AGNC Investment (AGNC -0.38%), a mortgage real estate investment trust (mREIT), pays a whopping forward dividend yield of 15.7%. It makes those payments on a monthly basis.

That might make AGNC seem like a great income-generating alternative to the 10-year Treasury, which only pays a 4.5% yield, or other dividend stocks. But over the past 12 months, AGNC's stock declined 12%. With reinvested dividends, that produced a total return of less than 3%.

A person points to a model home in front of a laptop.

Image source: Getty Images.

Should investors accumulate this high-yielding stock as the bulls look the other way? Let's review its business model, near-term challenges, and valuations to decide.

How does AGNC make money?

AGNC isn't like a typical REIT like Realty Income (NYSE: O) which buys up a lot of properties and rents them out. Instead, it's an mREIT that only originates its own mortgages and buys other mortgage-backed securities (MBSes) instead of physical real estate. It books its interest from those investments as its net profits. But like traditional REITs, mREITs still need to pay out at least 90% of their taxable income as dividends to maintain a lower tax rate.

It might seem risky to go all-in on mortgages, but AGNC allocates 89.2% of its $78.9 billion portfolio to agency MBS assets that are backed by Fannie Mae, Freddie Mac, or Ginnie Mae. That government support should shield it from another housing crisis or credit crunch.

What happened to AGNC over the past year?

Unlike other REITs, which gauge their profitability with their funds from operations (FFO), mREITs report their profits as "net spread and dollar roll income" per share. The net spread is the yield an mREIT earns on its investments minus the costs of funding those assets. It generates its dollar roll income by selling an MBS for the current month while agreeing to a buy it back at a future date. It aims to buy that MBS back at a lower price to book a profit.
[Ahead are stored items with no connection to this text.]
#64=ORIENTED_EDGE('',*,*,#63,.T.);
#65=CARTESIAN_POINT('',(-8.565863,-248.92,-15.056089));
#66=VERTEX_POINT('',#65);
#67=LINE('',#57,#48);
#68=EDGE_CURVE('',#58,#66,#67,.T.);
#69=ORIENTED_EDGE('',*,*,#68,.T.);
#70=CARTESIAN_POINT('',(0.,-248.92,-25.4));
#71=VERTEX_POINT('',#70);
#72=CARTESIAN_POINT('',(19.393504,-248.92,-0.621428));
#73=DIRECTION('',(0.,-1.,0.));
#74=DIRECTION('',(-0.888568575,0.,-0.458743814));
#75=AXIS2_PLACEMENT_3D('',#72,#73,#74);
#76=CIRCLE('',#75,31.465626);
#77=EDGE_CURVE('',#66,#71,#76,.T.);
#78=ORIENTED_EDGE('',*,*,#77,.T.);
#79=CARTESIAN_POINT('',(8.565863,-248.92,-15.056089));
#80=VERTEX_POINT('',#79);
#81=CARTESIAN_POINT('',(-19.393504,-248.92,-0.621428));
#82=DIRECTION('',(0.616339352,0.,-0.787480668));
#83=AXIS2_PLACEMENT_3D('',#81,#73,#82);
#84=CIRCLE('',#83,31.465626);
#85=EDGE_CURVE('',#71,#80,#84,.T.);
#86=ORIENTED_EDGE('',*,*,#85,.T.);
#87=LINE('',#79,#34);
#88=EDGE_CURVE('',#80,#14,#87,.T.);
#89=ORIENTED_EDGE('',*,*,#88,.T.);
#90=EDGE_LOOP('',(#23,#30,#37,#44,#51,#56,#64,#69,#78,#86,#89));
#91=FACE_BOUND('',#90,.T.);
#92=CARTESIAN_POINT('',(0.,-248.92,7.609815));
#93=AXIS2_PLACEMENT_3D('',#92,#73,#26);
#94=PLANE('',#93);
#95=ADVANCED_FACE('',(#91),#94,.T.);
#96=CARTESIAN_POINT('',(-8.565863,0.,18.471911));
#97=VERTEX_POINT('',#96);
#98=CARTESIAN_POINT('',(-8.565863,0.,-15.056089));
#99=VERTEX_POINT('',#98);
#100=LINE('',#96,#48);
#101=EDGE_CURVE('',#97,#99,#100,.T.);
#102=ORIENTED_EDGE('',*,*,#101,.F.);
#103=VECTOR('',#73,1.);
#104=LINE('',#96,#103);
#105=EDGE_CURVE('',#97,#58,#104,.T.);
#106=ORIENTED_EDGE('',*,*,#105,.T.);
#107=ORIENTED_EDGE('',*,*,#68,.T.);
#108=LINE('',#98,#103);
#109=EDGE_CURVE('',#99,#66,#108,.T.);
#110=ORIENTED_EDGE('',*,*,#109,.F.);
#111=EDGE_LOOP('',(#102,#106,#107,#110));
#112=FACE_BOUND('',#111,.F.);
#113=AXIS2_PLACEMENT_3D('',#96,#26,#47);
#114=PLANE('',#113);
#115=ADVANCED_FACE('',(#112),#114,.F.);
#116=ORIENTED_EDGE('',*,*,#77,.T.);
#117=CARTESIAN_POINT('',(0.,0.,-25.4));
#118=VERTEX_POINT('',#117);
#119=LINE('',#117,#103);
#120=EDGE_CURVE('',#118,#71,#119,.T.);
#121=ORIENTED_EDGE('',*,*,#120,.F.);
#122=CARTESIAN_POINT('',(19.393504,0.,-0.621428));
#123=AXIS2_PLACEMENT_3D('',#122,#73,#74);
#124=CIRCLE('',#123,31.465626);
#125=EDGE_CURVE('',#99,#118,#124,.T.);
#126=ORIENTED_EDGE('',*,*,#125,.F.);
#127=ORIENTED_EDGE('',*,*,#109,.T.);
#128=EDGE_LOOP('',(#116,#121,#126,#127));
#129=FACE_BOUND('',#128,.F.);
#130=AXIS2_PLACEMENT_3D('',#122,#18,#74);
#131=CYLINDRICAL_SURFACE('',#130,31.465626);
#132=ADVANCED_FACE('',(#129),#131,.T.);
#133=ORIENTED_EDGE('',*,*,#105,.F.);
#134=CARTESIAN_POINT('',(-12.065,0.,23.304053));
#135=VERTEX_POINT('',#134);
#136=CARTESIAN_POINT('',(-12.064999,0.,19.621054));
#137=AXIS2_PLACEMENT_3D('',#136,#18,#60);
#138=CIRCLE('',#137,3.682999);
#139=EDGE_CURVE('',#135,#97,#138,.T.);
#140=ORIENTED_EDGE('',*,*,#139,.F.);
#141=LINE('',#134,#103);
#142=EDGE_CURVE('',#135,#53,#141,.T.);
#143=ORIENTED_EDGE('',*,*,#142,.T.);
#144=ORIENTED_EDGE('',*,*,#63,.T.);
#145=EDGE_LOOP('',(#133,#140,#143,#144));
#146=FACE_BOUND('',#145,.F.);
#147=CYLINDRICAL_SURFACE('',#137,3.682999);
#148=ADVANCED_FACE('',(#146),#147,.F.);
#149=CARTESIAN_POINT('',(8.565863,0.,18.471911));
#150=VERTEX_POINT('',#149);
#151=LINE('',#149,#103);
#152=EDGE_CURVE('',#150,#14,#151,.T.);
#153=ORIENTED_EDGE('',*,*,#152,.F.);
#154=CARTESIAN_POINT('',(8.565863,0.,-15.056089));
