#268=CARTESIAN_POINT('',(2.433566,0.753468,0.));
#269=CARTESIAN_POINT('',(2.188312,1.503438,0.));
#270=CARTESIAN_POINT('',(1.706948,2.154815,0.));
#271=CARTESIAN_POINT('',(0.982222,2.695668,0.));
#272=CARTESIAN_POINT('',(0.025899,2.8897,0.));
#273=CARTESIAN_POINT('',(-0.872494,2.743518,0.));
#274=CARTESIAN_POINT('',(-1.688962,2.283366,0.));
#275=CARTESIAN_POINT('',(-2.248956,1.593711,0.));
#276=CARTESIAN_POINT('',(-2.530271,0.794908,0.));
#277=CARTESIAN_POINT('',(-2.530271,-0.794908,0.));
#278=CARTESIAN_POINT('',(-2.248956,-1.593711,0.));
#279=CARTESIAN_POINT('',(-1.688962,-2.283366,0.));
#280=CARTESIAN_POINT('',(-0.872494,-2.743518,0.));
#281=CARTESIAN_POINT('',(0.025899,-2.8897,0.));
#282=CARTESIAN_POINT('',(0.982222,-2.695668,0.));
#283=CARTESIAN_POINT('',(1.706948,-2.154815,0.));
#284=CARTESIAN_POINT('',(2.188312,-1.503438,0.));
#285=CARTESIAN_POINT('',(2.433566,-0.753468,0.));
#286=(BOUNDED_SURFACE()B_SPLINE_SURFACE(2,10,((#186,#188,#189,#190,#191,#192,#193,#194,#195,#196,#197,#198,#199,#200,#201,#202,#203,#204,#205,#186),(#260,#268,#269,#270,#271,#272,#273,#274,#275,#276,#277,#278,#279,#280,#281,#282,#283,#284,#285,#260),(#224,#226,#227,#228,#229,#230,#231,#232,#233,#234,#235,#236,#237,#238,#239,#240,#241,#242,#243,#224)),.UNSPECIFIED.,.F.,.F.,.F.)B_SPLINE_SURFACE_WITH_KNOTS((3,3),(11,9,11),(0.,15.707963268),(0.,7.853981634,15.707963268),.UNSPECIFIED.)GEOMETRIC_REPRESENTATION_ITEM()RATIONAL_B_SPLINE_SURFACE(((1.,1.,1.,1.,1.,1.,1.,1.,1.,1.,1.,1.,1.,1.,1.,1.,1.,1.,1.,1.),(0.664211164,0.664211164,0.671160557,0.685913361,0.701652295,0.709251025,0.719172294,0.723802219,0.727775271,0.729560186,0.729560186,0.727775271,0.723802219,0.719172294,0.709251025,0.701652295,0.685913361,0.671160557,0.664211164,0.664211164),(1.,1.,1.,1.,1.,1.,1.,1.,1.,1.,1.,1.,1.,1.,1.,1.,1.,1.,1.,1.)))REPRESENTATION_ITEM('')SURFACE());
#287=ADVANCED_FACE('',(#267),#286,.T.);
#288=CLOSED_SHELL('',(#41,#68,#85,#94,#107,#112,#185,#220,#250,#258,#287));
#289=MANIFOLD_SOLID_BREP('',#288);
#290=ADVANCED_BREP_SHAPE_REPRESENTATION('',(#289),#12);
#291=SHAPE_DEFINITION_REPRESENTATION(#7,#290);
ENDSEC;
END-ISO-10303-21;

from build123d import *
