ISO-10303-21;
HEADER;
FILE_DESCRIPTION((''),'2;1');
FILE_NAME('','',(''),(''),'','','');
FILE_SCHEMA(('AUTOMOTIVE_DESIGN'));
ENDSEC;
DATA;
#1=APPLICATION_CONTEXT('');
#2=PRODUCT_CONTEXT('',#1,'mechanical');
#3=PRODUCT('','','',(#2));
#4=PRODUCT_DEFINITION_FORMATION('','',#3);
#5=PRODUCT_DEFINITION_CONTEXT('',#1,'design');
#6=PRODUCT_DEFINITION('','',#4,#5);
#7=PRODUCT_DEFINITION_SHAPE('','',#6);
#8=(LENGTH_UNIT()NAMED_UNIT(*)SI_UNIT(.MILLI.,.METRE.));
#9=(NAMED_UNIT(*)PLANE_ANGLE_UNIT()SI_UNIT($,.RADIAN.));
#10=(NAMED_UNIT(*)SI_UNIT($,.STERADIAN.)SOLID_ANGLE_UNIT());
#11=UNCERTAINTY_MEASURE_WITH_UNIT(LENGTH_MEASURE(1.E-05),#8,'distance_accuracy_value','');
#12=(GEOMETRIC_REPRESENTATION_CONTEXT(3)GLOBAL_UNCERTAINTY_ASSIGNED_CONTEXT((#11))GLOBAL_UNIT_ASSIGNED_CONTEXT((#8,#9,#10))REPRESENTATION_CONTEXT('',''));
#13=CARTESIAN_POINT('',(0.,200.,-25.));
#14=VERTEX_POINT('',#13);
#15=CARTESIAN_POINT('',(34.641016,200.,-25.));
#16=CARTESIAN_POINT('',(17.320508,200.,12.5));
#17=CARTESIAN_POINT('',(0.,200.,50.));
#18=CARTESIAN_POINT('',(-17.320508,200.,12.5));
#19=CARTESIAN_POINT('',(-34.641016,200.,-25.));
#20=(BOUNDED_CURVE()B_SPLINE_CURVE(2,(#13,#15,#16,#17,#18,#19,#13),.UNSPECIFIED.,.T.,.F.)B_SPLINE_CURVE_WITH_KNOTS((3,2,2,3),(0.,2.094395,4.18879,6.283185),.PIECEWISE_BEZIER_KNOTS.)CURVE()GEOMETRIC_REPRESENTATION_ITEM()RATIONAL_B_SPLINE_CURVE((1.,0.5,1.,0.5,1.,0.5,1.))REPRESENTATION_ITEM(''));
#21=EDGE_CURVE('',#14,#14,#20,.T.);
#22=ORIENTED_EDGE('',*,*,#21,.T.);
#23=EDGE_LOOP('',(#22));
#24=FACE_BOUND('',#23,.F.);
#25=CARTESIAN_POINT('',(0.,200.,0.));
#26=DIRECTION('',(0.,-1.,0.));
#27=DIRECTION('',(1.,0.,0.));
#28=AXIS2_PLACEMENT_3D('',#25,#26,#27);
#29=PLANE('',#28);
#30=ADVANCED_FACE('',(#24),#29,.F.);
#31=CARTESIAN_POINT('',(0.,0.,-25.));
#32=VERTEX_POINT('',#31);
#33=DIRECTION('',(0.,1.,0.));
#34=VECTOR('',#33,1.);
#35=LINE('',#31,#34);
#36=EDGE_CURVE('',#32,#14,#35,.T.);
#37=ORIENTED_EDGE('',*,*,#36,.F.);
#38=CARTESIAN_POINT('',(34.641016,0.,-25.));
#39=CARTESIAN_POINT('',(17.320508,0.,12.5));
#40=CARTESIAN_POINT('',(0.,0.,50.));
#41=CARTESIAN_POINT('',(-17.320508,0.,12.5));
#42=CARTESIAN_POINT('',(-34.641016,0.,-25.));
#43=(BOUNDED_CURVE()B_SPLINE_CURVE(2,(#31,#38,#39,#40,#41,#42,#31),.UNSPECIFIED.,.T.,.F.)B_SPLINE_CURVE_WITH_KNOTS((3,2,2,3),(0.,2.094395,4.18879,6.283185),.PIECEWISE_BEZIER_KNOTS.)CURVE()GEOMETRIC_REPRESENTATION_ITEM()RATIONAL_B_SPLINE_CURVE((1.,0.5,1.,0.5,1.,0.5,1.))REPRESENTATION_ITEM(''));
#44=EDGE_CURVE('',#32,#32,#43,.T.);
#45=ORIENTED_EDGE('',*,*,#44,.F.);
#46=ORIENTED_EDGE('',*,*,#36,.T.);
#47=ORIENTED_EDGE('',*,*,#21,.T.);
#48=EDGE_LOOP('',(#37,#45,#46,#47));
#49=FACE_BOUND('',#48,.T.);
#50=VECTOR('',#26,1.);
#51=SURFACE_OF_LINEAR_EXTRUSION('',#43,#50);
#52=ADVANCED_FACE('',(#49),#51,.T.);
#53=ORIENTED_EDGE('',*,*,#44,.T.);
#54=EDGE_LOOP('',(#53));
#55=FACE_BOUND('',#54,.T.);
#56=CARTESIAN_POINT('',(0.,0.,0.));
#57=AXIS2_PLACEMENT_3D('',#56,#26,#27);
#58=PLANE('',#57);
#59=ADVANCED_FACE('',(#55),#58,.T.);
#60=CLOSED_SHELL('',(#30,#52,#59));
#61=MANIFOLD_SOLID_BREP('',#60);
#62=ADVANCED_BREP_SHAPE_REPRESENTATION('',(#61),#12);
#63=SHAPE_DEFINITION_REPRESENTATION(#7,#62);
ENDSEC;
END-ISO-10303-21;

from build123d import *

# Parameters (mm, degrees)
F1_DEPTH = 200


with BuildPart() as f1:
    # F0 (on Front) → F1 (new body)
    with BuildSketch(Plane.XZ):
        with BuildLine():
            add(Edge.make_bspline(
                [(0, -25), (34.641016, -25), (17.320508, 12.5), (0, 50), (-17.320508, 12.5), (-34.641016, -25), (0, -25)],
                knots=[0, 0, 0, 2.094395, 2.094395, 4.18879, 4.18879, 6.283185, 6.283185, 6.283185], degree=2, weights=[1, 0.5, 1, 0.5, 1, 0.5, 1]))
        make_face()
    extrude(amount=-F1_DEPTH)


solid = f1.part
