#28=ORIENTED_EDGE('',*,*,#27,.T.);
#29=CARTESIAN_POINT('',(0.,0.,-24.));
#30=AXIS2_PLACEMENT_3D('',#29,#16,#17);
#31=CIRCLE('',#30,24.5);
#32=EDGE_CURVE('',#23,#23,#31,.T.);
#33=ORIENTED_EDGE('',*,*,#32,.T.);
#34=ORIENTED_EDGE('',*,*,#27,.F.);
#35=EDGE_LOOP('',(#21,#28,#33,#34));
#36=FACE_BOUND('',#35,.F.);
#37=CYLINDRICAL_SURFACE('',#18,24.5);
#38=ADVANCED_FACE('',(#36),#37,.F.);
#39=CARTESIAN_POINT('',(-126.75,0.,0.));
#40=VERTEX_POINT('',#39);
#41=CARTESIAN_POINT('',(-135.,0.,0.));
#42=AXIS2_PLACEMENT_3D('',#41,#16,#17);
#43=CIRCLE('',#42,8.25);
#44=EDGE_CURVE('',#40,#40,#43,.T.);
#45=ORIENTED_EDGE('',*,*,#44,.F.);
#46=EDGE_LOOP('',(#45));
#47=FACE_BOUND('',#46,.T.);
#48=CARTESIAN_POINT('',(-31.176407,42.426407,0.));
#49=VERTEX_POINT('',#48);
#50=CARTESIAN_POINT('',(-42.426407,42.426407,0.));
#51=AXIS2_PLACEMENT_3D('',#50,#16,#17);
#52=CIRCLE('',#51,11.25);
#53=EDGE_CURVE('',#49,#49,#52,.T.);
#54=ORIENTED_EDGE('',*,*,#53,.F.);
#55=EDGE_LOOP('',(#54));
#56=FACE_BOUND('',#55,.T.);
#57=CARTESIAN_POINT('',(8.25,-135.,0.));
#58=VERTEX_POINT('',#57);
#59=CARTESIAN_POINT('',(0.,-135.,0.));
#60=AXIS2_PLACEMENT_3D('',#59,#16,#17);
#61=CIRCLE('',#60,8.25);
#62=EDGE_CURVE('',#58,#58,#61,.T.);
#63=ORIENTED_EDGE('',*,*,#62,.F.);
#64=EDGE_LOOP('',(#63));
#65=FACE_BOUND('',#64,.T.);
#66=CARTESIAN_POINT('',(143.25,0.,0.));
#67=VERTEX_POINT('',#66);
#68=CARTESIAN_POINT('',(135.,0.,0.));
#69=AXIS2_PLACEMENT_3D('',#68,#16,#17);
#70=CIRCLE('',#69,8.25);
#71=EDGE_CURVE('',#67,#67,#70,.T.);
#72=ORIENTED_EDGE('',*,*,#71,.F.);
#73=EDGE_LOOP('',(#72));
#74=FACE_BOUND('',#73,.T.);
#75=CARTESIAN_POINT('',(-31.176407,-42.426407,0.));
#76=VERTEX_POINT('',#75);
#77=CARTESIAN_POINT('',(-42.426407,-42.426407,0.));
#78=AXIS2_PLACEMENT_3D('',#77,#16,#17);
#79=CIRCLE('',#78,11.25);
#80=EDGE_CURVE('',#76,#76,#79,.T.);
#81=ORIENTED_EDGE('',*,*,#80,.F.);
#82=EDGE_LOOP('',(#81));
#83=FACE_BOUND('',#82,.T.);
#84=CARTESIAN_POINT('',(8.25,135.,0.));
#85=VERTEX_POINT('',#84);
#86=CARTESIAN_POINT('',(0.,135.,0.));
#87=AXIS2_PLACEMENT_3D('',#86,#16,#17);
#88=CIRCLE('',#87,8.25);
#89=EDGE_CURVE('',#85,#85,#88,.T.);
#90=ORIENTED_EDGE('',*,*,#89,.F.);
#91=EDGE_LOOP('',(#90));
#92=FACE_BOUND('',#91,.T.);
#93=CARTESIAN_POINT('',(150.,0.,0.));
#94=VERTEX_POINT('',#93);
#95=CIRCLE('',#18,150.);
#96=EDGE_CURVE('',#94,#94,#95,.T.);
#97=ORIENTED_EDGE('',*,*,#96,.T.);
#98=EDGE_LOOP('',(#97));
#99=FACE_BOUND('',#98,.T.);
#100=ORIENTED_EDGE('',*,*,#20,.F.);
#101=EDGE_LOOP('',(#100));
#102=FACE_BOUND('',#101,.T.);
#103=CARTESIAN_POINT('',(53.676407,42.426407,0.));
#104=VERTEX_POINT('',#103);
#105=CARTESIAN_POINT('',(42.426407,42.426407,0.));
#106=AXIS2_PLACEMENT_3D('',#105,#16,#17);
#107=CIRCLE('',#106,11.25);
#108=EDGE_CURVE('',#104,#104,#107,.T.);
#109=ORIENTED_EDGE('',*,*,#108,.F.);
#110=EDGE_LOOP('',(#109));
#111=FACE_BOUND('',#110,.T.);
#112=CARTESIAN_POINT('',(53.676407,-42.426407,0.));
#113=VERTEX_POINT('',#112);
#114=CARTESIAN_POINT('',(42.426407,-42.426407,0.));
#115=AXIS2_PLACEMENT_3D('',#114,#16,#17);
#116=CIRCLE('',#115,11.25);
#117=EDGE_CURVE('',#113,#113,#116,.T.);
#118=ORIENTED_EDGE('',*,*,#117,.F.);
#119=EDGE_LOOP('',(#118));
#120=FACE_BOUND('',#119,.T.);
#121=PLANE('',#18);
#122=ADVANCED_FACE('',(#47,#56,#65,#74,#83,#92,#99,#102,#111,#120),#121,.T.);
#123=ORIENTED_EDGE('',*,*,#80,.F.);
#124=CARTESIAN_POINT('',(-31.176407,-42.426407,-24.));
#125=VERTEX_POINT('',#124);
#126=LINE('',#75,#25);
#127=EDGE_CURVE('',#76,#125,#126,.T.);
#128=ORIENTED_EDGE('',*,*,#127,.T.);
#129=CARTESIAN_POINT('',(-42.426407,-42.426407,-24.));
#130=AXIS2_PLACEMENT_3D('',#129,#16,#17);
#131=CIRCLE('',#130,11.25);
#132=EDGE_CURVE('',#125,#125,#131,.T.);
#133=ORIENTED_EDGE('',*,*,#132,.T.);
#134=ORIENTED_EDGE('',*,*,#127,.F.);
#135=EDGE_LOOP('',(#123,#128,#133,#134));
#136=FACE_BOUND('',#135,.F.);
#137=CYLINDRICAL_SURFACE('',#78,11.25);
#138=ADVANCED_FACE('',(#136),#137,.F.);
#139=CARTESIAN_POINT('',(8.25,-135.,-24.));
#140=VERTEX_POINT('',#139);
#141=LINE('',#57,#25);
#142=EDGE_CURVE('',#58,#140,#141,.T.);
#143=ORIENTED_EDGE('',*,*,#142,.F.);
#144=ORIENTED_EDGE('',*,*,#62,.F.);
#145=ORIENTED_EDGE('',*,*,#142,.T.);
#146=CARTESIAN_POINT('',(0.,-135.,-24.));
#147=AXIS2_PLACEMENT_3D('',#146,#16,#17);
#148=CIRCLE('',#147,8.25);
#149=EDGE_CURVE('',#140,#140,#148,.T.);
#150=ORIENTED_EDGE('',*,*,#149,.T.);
The other way to measure an mREIT's value is through its tangible net book value per share, which divides the total value of its assets by its number of outstanding shares. Ideally, AGNC's net spread and dollar roll income should be rising along with its tangible net book value. But over the past year, both metrics declined:

Metric

Q1 2024

Q2 2024

Q3 2024

Q4 2024

Q1 2025

Net spread and dollar roll income per share

$0.58

$0.53

$0.43

$0.37

$0.44

Tangible net book value per share

$8.84

$8.40

$8.82

$8.41

$8.25

Data source: AGNC.

AGNC's profitability usually improves when interest rates decline, because low rates generally reduce its borrowing costs (which are pinned to Treasury yields) for purchasing more MBSes. But over the past year, AGNC's profits and book value still declined even as the Federal Reserve reduced those benchmark rates.

That happened because even though the Fed's rate cuts reduced MBS yields, they didn't reduce the borrowing costs for funding those MBS purchases as rapidly. As a result, it needed to take out its loans at higher rates to buy lower-yielding MBSes -- and that pressure reduced its profits. To make matters worse, declining interest rates drove more homeowners to refinance their mortgages at lower rates, which reduced the profitability of its own originated mortgages.

What will happen to AGNC over the next year?

As that pressure persists, analysts expect AGNC's net spread and dollar roll income per share to drop 12% to $1.66 in 2025, then dip another 2% to $1.63 in 2026. That still easily covers its forward annual dividend rate of $1.44 per share, but its shares could remain under pressure if its MBS yields don't catch up to the Treasury yields and stabilize its profits. That pressure could reduce its book value, drive its shares lower, and offset the gains from its big dividends.

If AGNC matches analysts' estimates and still trades at 5 times its forward net spread and dollar roll income per share, its stock price could dip to about $8 by the beginning of 2026. Therefore, AGNC's stock could stay flat or drop slightly lower over the next 12 months -- but its downside potential is limited and its generous monthly dividend looks sustainable. Those strengths might make it a viable investment for income investors, but it certainly won't blast off over the next year.